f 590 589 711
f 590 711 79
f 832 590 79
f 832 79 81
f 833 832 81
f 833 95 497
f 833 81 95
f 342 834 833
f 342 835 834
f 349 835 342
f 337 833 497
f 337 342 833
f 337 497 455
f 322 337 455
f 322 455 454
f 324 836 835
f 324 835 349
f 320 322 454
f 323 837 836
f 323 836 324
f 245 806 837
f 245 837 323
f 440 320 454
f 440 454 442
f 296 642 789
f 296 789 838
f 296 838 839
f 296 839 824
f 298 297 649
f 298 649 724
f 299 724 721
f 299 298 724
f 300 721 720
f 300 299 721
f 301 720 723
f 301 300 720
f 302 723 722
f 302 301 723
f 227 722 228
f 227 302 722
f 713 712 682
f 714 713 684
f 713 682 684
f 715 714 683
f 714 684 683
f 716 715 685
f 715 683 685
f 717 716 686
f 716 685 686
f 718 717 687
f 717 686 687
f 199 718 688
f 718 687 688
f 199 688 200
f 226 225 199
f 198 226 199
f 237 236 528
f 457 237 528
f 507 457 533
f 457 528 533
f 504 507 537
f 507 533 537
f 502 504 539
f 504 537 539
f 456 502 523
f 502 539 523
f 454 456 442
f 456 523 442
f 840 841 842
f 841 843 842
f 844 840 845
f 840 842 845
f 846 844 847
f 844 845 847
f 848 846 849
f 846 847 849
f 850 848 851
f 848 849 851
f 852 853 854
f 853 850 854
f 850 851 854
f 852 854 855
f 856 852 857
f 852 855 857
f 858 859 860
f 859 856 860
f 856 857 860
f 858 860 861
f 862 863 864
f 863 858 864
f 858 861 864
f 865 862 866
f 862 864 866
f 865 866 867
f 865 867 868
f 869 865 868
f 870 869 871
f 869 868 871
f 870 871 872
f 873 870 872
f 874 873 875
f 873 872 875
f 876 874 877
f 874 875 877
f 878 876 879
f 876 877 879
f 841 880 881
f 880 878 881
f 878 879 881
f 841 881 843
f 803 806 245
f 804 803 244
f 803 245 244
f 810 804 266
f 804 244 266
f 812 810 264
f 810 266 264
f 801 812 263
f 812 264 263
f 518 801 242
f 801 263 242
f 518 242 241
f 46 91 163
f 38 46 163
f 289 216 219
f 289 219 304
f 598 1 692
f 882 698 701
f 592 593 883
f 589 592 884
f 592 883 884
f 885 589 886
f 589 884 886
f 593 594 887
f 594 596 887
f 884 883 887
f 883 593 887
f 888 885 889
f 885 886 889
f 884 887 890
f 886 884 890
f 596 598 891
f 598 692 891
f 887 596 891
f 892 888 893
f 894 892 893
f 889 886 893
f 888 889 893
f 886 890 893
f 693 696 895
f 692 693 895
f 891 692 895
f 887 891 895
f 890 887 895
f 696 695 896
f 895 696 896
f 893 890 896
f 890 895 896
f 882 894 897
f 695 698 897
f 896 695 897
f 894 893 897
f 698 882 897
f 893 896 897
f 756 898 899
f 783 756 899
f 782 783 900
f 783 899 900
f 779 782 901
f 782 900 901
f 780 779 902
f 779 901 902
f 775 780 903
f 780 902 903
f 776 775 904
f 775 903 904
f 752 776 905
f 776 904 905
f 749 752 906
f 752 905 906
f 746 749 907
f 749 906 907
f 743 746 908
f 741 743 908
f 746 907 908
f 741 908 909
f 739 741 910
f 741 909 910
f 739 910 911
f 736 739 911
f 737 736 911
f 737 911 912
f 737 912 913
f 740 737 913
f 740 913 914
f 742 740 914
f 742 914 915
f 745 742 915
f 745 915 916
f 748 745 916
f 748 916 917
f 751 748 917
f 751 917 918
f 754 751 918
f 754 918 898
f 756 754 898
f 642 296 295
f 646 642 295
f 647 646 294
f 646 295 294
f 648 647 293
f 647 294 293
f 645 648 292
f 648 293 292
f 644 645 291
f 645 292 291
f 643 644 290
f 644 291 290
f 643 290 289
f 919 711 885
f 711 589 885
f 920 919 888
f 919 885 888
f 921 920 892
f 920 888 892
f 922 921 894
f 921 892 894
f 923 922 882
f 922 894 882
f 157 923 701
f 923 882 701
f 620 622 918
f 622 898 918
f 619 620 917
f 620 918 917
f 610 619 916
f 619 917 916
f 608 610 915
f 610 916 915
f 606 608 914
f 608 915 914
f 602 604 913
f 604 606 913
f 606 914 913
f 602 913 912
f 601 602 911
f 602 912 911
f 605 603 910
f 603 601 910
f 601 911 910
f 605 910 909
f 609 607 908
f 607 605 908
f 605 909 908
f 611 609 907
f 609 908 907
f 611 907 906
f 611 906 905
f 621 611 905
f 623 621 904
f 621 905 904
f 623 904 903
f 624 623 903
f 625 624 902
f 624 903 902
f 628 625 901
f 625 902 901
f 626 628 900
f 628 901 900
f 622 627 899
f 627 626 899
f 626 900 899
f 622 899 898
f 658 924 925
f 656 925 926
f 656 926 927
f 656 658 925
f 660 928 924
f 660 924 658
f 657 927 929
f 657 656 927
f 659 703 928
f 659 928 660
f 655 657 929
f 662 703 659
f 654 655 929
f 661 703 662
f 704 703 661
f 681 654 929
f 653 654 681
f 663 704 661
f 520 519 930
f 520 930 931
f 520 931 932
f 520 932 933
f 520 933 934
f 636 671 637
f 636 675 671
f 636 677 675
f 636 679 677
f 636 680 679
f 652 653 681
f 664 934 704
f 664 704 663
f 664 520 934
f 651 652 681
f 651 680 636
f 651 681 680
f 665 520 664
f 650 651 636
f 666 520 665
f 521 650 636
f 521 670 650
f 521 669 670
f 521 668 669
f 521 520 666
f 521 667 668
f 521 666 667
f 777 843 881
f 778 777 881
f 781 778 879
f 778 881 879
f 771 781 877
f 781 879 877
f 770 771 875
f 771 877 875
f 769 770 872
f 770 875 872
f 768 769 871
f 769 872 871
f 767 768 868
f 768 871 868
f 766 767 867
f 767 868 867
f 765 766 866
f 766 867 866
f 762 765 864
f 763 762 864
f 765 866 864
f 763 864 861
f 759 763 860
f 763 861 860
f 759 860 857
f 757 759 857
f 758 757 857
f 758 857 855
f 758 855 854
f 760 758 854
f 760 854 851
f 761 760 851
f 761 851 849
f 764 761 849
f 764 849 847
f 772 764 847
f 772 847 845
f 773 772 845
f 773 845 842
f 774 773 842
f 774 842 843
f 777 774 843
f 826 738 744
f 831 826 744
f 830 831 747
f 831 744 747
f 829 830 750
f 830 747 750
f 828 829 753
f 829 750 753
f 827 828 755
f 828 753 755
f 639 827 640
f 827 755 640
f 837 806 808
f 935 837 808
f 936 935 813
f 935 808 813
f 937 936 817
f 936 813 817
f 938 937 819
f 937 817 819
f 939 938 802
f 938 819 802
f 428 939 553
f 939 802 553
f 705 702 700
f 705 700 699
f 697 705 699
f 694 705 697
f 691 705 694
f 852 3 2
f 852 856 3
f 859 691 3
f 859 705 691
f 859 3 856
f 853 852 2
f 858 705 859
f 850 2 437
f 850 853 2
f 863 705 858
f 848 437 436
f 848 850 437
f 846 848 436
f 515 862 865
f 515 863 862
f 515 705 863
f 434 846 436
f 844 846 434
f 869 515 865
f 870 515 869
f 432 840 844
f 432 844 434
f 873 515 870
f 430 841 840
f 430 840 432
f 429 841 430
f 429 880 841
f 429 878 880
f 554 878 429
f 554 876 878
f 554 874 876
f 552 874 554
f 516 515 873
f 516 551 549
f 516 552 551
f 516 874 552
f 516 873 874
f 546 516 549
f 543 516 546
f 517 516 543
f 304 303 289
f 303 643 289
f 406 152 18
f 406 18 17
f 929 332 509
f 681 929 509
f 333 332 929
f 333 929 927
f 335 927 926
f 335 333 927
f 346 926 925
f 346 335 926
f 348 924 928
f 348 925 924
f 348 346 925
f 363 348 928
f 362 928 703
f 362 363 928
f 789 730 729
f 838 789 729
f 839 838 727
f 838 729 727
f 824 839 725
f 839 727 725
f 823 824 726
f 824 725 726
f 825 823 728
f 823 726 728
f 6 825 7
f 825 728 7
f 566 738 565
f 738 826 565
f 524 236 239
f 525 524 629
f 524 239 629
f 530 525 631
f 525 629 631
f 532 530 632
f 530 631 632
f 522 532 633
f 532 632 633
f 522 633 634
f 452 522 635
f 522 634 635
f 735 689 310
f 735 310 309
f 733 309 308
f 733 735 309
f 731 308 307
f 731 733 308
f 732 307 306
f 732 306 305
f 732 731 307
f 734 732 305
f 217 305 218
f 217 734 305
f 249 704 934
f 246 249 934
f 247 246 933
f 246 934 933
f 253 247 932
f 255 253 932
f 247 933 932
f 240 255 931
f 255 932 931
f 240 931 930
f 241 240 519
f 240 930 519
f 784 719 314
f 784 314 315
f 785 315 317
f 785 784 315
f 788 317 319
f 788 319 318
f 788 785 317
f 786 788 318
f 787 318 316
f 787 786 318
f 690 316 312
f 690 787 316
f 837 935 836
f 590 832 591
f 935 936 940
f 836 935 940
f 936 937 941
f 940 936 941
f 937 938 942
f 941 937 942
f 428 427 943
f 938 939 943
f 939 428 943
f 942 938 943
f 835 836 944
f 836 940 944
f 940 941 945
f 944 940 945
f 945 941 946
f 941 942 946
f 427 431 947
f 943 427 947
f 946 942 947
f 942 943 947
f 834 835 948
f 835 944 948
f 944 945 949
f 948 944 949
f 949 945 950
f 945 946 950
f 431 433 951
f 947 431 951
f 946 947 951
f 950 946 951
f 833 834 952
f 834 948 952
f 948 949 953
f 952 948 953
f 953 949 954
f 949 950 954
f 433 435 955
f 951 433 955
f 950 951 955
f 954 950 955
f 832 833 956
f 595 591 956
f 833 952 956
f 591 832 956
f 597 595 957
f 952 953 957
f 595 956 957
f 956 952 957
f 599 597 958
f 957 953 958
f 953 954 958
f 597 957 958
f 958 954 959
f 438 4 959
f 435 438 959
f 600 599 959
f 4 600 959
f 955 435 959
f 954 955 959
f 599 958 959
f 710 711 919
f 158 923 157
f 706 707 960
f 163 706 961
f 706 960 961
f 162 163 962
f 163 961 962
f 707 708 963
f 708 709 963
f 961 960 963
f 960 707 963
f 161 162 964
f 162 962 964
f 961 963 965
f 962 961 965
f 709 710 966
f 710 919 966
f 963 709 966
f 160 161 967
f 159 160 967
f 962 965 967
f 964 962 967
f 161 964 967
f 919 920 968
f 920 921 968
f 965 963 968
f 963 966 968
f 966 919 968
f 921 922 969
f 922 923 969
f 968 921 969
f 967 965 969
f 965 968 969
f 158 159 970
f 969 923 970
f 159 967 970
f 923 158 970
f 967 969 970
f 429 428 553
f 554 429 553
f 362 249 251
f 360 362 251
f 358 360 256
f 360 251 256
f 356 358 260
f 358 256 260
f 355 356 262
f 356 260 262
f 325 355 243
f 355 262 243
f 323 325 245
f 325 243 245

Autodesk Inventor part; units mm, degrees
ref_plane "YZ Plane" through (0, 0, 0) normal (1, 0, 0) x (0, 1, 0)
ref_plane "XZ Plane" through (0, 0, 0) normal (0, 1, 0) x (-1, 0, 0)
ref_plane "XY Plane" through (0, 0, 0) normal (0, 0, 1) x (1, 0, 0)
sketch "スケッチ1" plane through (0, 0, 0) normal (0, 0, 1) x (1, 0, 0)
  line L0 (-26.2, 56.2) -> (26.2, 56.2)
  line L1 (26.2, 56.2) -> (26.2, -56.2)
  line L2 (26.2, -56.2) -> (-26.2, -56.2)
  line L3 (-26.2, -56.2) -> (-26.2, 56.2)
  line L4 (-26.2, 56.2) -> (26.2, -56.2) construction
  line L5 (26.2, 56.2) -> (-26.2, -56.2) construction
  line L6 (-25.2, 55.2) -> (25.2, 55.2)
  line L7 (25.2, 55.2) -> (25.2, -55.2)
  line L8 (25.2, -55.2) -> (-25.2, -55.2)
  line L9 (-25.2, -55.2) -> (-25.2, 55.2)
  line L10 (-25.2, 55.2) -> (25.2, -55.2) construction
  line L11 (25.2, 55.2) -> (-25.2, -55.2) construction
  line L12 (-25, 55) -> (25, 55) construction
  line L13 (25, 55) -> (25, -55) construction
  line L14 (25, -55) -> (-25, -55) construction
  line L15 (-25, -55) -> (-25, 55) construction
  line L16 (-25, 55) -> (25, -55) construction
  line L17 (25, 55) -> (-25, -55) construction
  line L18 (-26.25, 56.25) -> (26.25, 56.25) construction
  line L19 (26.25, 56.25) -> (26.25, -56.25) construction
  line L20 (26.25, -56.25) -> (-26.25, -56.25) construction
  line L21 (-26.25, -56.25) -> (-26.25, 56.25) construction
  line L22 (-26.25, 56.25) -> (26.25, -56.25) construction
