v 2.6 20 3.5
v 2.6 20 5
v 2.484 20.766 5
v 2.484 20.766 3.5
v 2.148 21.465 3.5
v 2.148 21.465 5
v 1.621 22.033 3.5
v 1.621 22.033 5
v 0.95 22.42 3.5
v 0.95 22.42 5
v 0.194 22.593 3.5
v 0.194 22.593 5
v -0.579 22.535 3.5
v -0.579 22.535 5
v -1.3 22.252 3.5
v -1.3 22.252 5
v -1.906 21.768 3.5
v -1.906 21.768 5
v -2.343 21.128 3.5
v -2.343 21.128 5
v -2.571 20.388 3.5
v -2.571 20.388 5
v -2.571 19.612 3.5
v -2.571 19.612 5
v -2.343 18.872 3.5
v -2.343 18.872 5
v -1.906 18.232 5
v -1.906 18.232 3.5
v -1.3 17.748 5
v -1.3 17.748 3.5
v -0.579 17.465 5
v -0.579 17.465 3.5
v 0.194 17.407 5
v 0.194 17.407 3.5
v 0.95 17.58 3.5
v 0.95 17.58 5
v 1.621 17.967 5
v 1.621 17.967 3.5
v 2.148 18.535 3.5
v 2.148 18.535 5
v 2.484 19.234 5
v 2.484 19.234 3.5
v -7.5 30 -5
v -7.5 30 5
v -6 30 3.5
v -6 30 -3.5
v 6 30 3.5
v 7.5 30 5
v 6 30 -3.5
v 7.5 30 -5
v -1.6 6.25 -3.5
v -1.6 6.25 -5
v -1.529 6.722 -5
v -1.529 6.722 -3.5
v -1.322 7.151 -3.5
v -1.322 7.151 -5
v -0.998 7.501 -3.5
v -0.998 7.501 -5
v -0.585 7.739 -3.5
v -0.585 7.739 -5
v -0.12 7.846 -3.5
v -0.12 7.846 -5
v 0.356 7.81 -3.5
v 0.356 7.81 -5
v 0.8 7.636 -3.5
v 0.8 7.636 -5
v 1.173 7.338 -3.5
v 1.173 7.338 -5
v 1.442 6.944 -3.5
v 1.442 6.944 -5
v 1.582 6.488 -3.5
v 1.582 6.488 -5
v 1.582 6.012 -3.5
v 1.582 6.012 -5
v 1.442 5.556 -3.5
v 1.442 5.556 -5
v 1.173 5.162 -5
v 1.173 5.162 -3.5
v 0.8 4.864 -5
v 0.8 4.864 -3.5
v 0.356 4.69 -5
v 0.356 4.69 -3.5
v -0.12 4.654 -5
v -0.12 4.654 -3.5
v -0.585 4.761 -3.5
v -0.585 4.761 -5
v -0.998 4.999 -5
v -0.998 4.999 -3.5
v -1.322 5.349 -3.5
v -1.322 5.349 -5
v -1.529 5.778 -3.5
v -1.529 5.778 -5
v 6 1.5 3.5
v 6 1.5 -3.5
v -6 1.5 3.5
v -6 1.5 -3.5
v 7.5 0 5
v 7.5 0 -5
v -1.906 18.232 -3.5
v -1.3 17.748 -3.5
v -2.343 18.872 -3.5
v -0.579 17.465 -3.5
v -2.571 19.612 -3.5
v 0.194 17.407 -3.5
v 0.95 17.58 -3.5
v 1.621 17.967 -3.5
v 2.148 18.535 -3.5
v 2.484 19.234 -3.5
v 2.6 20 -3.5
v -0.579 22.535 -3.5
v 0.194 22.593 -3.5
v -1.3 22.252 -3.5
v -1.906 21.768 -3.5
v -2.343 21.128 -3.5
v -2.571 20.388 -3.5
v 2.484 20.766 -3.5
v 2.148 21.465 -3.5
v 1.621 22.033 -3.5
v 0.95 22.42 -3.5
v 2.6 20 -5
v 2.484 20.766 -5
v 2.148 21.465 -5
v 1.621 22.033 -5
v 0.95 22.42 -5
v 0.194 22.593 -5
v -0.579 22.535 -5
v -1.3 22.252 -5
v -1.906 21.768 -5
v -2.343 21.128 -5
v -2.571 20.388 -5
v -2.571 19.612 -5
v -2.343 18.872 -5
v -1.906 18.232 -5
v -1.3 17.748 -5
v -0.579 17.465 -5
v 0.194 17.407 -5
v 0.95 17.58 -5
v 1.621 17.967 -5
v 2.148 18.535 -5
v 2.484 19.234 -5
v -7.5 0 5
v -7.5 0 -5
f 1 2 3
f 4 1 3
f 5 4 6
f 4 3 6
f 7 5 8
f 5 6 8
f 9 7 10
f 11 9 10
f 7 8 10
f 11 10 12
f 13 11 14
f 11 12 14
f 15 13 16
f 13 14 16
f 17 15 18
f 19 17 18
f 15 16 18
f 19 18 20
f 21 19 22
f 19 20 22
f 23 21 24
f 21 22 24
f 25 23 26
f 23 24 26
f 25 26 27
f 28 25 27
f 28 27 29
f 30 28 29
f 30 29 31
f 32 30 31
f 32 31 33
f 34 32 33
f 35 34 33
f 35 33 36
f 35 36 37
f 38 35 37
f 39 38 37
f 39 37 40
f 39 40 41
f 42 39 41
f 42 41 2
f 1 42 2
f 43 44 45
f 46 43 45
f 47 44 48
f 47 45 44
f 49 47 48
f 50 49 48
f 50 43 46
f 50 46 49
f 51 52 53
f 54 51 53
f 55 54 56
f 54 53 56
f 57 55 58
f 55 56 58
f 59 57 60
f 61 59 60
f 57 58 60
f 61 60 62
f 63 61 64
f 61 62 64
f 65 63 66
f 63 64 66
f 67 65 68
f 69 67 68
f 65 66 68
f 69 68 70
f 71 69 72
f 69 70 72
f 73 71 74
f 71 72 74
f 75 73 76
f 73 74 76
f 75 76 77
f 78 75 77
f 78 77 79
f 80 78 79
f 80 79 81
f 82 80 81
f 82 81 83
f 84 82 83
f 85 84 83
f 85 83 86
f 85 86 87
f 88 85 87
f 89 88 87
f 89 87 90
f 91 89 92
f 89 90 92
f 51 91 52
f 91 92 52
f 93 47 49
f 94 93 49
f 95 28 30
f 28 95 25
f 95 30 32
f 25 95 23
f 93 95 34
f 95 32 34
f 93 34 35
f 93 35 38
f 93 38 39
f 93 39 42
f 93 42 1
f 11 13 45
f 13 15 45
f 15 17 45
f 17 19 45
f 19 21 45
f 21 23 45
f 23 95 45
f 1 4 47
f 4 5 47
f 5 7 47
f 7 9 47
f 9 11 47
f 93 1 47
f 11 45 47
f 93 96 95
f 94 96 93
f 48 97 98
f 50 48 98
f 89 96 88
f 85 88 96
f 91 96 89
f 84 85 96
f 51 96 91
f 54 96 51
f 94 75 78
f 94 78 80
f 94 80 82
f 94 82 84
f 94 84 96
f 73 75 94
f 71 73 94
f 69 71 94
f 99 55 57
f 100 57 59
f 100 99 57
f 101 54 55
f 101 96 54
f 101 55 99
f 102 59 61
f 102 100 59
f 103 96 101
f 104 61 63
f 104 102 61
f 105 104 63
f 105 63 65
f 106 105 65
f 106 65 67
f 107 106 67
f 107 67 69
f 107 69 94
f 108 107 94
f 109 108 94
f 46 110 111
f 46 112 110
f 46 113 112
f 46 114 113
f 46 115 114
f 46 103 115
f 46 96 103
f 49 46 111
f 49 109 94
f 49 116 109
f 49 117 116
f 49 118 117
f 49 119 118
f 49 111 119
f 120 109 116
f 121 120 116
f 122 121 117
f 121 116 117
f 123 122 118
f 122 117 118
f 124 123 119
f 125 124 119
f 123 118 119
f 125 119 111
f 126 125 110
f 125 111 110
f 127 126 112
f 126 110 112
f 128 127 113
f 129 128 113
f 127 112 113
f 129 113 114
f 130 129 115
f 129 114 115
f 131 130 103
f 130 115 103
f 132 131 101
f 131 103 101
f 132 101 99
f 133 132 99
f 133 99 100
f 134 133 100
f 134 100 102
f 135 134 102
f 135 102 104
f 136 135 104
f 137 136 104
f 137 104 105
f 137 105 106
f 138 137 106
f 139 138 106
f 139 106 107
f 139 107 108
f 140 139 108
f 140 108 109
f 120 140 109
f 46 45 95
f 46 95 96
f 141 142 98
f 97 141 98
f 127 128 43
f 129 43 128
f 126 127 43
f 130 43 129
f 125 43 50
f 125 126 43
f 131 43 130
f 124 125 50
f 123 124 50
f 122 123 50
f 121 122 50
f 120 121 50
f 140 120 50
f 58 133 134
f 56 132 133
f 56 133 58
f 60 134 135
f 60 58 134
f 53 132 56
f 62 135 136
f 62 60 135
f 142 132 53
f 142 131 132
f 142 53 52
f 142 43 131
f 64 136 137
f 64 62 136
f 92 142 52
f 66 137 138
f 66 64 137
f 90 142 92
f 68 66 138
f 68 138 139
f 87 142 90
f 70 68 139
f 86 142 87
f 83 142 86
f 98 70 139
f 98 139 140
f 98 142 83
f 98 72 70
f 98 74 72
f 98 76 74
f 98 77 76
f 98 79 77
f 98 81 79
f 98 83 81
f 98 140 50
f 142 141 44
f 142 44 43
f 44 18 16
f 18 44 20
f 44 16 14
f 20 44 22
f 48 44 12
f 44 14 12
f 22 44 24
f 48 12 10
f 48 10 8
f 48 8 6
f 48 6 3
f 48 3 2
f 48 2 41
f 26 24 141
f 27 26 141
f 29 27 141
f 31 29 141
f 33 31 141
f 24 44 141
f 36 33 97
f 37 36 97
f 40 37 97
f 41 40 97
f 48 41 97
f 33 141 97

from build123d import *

# Parameters (mm, degrees)
SKETCH_1_W          = 15
SKETCH_1_H          = 10
EXTRUDE_1_DEPTH     = 30
SKETCH_2_W          = 12
SKETCH_2_H          = 7
CUT_EXTRUDE_1_DEPTH = 28.5
SKETCH_3_R          = 2.6
CUT_EXTRUDE_2_DEPTH = 33.5
SKETCH_4_R          = 1.6
CUT_EXTRUDE_3_DEPTH = 1.5


with BuildPart() as part:
    # 草图1 → 凸台-拉伸1 (new body)
    with BuildSketch(Plane(origin=(0, 0, 0), x_dir=(1, 0, 0), z_dir=(0, 1, 0))):
        Rectangle(SKETCH_1_W, SKETCH_1_H)
    extrude(amount=EXTRUDE_1_DEPTH)

    # 草图2 → 切除-拉伸1 (cut)
    with BuildSketch(Plane(origin=(0, 30, 0), x_dir=(1, 0, 0), z_dir=(0, 1, 0))):
        Rectangle(SKETCH_2_W, SKETCH_2_H)
    extrude(amount=-CUT_EXTRUDE_1_DEPTH, mode=Mode.SUBTRACT)

    # 草图3 → 切除-拉伸2 (cut, through all)
    with BuildSketch(Plane.XY.offset(5)):
        with Locations((0, 20)):
            Circle(SKETCH_3_R)
    extrude(amount=-CUT_EXTRUDE_2_DEPTH, mode=Mode.SUBTRACT)

    # 草图4 → 切除-拉伸3 (cut)
    with BuildSketch(Plane(origin=(0, 0, -5), x_dir=(-1, 0, 0), z_dir=(0, 0, -1))):
        with Locations((0, 6.25)):
            Circle(SKETCH_4_R)
    extrude(amount=-CUT_EXTRUDE_3_DEPTH, mode=Mode.SUBTRACT)


solid = part.part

• • • •

DIRECTIONS FOR THIS TASK: From the material above, copy every line that has the word "normal" in it.

FINISHED EXERCISE:
ref_plane "YZ Plane" through (0, 0, 0) normal (1, 0, 0) x (0, 1, 0)
ref_plane "XZ Plane" through (0, 0, 0) normal (0, 1, 0) x (-1, 0, 0)
ref_plane "XY Plane" through (0, 0, 0) normal (0, 0, 1) x (1, 0, 0)
sketch "スケッチ1" plane through (0, 0, 0) normal (0, 0, 1) x (1, 0, 0)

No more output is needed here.